We have reset the product, the architecture, and the way our customers run their work around AI agents.
That line came from Jordi Romero, Factorial’s chief executive and co-founder, who runs the company with co-founder Bernat Farrero. Pranav Singhvi, a partner at General Catalyst, and the firm’s chief executive Hemant Taneja have framed the financing as conviction in that reset converting into durable revenue, the same logic behind Grammarly’s $1 billion growth-financing deal.
The timing fits a wider rush of European AI capital. This year alone has run from UK chip startup Fractile’s $220 million inference round to smaller raises like Giraffe360’s AI push in real-estate marketing. Investors are paying up for any company that can claim a credible agent story, and Factorial is selling one to a customer base it already owns.
Where Factorial Sits in European HR Software
The European market for small-business HR software is crowded, and Factorial competes on price and breadth rather than scale. Its public pricing runs roughly four to six euros per employee a month, undercutting most rivals, and it pitches a single system for firms of 10 to 300 staff.
The closest comparison is Munich’s Personio, which hit an $8.5 billion valuation in its $8.5 billion Series E round back in 2022 with about 6,000 customers at the time. Factorial’s $2.5 billion mark is well below that, but its customer count is far higher. Here is how the main players line up:
| Company | Headquarters | Core strength | Best fit |
|---|---|---|---|
| Factorial | Barcelona | One low-cost system for HR, finance and IT | European SMBs wanting breadth on a budget |
| Personio | Munich | HR management, recruiting and payroll | European single-country mid-market firms |
| Rippling | San Francisco | HR, IT and payroll in one platform | Companies tying device and HR data together |
| Deel | San Francisco | Global hiring and compliance in 150-plus countries | Teams hiring across many borders |
Factorial’s pitch to investors is that it is the European challenger that has actually internationalised, selling across more than 90 countries while keeping the compliance depth that mid-market buyers on the continent demand.
Munich Gets the First Slice of Spending
Where does the customer-acquisition money go first?
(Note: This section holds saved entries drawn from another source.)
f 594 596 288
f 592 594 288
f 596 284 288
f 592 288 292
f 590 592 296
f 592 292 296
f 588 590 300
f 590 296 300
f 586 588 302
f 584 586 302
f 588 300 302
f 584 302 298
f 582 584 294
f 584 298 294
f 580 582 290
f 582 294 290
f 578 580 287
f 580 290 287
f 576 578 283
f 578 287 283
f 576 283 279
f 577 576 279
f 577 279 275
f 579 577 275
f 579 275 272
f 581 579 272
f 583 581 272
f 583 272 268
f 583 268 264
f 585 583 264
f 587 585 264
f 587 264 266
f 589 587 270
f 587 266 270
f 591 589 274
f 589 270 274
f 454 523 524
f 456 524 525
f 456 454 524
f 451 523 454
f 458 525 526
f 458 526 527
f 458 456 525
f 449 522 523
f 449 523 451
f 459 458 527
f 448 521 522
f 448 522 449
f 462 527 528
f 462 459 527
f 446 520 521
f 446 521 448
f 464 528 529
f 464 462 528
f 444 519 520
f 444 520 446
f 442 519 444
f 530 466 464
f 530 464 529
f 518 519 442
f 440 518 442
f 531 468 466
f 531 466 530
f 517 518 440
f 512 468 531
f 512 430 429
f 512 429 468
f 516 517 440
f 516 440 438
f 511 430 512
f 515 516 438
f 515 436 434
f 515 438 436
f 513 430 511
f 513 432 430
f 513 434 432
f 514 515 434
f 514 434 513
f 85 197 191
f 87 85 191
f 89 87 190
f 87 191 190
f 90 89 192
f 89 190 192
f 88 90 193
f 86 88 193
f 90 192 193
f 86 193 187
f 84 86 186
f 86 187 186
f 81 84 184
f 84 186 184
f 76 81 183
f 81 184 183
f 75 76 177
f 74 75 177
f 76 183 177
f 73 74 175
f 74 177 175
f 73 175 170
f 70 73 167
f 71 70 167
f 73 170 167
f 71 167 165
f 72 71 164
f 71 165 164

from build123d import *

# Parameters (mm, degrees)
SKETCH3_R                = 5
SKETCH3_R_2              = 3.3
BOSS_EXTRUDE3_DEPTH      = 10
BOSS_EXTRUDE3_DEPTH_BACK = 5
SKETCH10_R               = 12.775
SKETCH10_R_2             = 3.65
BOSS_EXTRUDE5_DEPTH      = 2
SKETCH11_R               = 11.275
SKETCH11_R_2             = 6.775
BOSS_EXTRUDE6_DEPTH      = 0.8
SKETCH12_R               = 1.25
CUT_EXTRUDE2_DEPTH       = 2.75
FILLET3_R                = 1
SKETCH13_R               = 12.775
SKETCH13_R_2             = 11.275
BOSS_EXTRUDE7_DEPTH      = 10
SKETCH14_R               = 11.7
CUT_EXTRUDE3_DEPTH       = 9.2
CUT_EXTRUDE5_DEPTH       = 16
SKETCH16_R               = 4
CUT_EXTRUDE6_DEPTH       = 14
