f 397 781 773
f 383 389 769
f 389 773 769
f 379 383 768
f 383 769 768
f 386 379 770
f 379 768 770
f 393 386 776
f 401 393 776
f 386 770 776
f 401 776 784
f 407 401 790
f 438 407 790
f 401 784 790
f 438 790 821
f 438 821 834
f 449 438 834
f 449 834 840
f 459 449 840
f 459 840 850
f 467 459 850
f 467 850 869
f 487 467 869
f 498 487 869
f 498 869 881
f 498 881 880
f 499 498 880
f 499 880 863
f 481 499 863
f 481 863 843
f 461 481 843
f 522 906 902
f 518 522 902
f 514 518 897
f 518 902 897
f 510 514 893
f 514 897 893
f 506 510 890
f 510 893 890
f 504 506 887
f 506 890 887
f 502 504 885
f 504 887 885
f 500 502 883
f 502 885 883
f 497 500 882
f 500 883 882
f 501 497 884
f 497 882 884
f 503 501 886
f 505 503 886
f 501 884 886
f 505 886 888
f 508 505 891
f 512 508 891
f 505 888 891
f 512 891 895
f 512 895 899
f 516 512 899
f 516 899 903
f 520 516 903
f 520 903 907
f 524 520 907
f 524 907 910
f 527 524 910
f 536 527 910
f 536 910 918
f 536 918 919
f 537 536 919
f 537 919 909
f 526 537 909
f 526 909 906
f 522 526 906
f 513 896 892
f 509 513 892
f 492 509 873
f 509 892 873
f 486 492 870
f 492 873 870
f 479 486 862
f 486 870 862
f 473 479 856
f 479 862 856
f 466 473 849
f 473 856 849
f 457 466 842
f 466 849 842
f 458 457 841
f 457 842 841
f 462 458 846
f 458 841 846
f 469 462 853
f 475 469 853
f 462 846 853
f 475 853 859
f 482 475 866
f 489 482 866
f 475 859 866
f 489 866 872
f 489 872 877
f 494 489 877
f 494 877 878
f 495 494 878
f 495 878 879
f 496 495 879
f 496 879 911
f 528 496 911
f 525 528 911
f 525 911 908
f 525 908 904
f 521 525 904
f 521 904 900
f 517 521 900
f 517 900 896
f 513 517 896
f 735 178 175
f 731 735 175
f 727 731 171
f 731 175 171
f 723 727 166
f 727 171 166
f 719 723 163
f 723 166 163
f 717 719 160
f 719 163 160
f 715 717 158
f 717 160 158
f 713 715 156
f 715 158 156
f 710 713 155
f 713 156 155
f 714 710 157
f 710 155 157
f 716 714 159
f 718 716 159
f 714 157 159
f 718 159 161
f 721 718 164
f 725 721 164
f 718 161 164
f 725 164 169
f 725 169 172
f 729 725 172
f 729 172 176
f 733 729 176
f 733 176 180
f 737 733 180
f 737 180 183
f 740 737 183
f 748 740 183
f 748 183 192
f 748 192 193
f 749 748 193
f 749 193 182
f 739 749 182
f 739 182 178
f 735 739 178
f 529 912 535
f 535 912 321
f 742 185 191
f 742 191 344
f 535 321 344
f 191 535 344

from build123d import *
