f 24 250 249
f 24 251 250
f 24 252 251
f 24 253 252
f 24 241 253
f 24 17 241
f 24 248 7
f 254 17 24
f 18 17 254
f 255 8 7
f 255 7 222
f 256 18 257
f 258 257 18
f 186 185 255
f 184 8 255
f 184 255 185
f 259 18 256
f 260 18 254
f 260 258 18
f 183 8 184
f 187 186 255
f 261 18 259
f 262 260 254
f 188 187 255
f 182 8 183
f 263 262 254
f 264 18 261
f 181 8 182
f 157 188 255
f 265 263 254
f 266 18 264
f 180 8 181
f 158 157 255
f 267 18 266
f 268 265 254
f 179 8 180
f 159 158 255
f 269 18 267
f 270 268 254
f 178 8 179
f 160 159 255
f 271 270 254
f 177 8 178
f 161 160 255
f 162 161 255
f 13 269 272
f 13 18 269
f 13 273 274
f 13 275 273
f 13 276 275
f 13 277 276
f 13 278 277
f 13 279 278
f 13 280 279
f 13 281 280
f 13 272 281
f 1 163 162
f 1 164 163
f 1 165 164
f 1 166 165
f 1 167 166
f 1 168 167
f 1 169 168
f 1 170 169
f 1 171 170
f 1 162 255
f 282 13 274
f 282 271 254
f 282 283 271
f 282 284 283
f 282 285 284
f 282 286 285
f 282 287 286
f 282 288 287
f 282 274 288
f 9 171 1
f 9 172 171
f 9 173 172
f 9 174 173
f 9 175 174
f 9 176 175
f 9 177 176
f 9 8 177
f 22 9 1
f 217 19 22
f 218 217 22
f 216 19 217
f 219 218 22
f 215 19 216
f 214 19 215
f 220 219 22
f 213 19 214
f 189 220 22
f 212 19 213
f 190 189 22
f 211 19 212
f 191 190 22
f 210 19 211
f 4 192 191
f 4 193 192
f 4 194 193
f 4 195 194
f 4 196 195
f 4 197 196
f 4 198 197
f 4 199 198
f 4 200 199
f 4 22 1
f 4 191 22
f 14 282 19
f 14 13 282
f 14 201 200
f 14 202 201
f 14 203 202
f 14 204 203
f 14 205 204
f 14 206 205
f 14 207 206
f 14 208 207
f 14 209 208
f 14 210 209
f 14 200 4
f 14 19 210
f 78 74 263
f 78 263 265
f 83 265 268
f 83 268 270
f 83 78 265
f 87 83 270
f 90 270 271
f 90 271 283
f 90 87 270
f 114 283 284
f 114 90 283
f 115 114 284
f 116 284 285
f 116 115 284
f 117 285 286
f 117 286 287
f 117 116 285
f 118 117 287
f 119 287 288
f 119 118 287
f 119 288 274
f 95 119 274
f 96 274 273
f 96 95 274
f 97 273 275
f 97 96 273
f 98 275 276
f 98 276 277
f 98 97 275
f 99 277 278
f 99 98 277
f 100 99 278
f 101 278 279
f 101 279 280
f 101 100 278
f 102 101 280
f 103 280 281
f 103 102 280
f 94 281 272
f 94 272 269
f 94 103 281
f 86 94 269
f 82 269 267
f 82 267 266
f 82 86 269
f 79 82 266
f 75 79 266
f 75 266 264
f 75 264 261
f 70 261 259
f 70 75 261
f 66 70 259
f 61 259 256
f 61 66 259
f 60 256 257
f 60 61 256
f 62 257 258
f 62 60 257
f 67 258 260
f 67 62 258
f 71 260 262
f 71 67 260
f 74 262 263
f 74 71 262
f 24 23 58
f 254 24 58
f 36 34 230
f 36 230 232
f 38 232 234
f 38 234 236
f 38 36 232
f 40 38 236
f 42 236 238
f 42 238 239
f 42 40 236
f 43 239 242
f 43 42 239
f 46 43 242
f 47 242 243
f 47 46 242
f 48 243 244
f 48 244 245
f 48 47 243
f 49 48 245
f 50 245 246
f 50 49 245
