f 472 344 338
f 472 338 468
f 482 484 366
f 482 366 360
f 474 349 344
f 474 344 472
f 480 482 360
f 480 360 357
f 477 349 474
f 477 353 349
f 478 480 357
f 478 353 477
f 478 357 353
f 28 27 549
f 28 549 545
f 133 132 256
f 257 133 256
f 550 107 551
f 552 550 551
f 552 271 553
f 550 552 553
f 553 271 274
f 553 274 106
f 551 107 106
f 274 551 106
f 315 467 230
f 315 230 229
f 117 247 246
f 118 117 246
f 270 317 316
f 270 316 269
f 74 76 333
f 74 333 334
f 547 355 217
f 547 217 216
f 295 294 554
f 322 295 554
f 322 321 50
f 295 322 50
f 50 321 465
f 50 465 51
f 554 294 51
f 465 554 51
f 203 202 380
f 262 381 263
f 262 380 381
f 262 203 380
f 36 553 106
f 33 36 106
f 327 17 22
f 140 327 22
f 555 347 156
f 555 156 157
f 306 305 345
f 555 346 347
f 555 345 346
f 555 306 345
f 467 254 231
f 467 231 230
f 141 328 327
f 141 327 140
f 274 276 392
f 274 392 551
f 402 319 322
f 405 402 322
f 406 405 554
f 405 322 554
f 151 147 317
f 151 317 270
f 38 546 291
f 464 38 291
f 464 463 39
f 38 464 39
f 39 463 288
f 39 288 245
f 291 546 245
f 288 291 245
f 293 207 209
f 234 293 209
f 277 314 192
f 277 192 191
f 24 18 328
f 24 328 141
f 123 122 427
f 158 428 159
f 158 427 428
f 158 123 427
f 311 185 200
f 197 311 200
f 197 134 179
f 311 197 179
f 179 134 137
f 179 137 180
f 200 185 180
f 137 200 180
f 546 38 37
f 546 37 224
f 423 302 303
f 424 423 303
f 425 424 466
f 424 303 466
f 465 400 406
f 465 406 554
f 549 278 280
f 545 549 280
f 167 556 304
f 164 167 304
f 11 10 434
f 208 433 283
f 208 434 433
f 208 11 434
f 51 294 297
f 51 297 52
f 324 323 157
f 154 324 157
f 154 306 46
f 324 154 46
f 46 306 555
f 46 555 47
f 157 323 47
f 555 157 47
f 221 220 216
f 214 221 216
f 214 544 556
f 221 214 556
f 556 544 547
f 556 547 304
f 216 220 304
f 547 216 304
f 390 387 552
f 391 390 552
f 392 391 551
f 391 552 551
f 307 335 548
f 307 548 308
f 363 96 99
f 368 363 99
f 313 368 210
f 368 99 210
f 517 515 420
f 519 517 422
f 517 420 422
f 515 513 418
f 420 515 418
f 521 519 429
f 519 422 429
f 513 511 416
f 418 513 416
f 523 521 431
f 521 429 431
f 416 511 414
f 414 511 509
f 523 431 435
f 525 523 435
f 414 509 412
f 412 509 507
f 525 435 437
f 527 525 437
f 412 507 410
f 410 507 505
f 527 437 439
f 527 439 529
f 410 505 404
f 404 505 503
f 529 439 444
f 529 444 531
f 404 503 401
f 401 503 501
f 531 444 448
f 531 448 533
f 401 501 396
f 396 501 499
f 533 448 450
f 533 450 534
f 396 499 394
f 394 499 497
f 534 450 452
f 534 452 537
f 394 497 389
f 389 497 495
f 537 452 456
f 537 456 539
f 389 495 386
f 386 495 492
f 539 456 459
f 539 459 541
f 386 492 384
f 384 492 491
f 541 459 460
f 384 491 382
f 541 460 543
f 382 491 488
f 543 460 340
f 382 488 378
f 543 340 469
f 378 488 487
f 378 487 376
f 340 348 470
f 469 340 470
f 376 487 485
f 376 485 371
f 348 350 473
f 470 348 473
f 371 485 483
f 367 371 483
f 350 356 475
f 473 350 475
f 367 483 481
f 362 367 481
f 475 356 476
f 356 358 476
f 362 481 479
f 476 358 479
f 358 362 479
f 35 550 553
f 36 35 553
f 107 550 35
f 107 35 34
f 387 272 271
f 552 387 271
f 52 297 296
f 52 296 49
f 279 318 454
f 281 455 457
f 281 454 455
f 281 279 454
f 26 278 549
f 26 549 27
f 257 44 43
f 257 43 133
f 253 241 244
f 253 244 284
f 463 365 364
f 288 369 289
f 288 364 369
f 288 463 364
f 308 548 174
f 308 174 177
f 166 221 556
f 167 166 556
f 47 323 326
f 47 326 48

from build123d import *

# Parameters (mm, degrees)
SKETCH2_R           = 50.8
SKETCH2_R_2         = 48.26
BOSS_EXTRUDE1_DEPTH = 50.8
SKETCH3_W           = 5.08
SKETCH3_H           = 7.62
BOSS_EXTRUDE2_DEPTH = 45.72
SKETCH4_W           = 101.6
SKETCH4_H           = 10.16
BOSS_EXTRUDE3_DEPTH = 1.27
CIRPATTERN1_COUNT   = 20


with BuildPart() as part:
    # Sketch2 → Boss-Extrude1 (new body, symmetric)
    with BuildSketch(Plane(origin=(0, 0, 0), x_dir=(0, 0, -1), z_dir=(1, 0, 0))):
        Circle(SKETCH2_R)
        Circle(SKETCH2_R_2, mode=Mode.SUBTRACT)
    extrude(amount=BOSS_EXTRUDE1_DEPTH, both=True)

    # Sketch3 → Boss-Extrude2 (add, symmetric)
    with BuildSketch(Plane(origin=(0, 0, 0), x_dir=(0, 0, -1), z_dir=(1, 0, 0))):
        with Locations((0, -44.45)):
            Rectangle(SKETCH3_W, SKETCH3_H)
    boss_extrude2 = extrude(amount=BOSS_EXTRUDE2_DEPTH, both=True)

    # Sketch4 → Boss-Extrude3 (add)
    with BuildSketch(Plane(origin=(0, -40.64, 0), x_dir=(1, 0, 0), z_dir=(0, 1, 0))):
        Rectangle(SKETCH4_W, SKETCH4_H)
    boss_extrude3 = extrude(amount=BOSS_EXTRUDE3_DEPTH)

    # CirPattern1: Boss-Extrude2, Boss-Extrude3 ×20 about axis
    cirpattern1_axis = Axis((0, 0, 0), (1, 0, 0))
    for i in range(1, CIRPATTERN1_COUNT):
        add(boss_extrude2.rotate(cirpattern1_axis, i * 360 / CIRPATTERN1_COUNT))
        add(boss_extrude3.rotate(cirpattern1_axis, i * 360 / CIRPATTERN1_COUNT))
Germany. Factorial has named it the priority growth market and plans to open an office in Munich, the same city Personio calls home. The company has talked about hiring at a clip of around 50 people a week across sales, customer success, product, marketing and engineering.
The choice is pointed. Germany is the largest mid-market software economy in Europe and the home turf of Factorial’s most direct rival, so winning there means taking share rather than opening empty space. Beyond Germany, the company plans to keep pushing in France, Italy and Portugal while building out its international team.
That geography is the link back to the $540 million. The Customer Value Fund only earns its capped return from customers that the funded spending actually converts and keeps. General Catalyst gets paid back from the businesses that money wins; Munich is where the meter starts running.
Disclaimer: This article is for informational purposes only and does not constitute investment advice. Private-company valuations and funding structures carry significant risk, and figures are accurate as of publication on June 3, 2026. Consult a qualified financial professional before making any investment decision.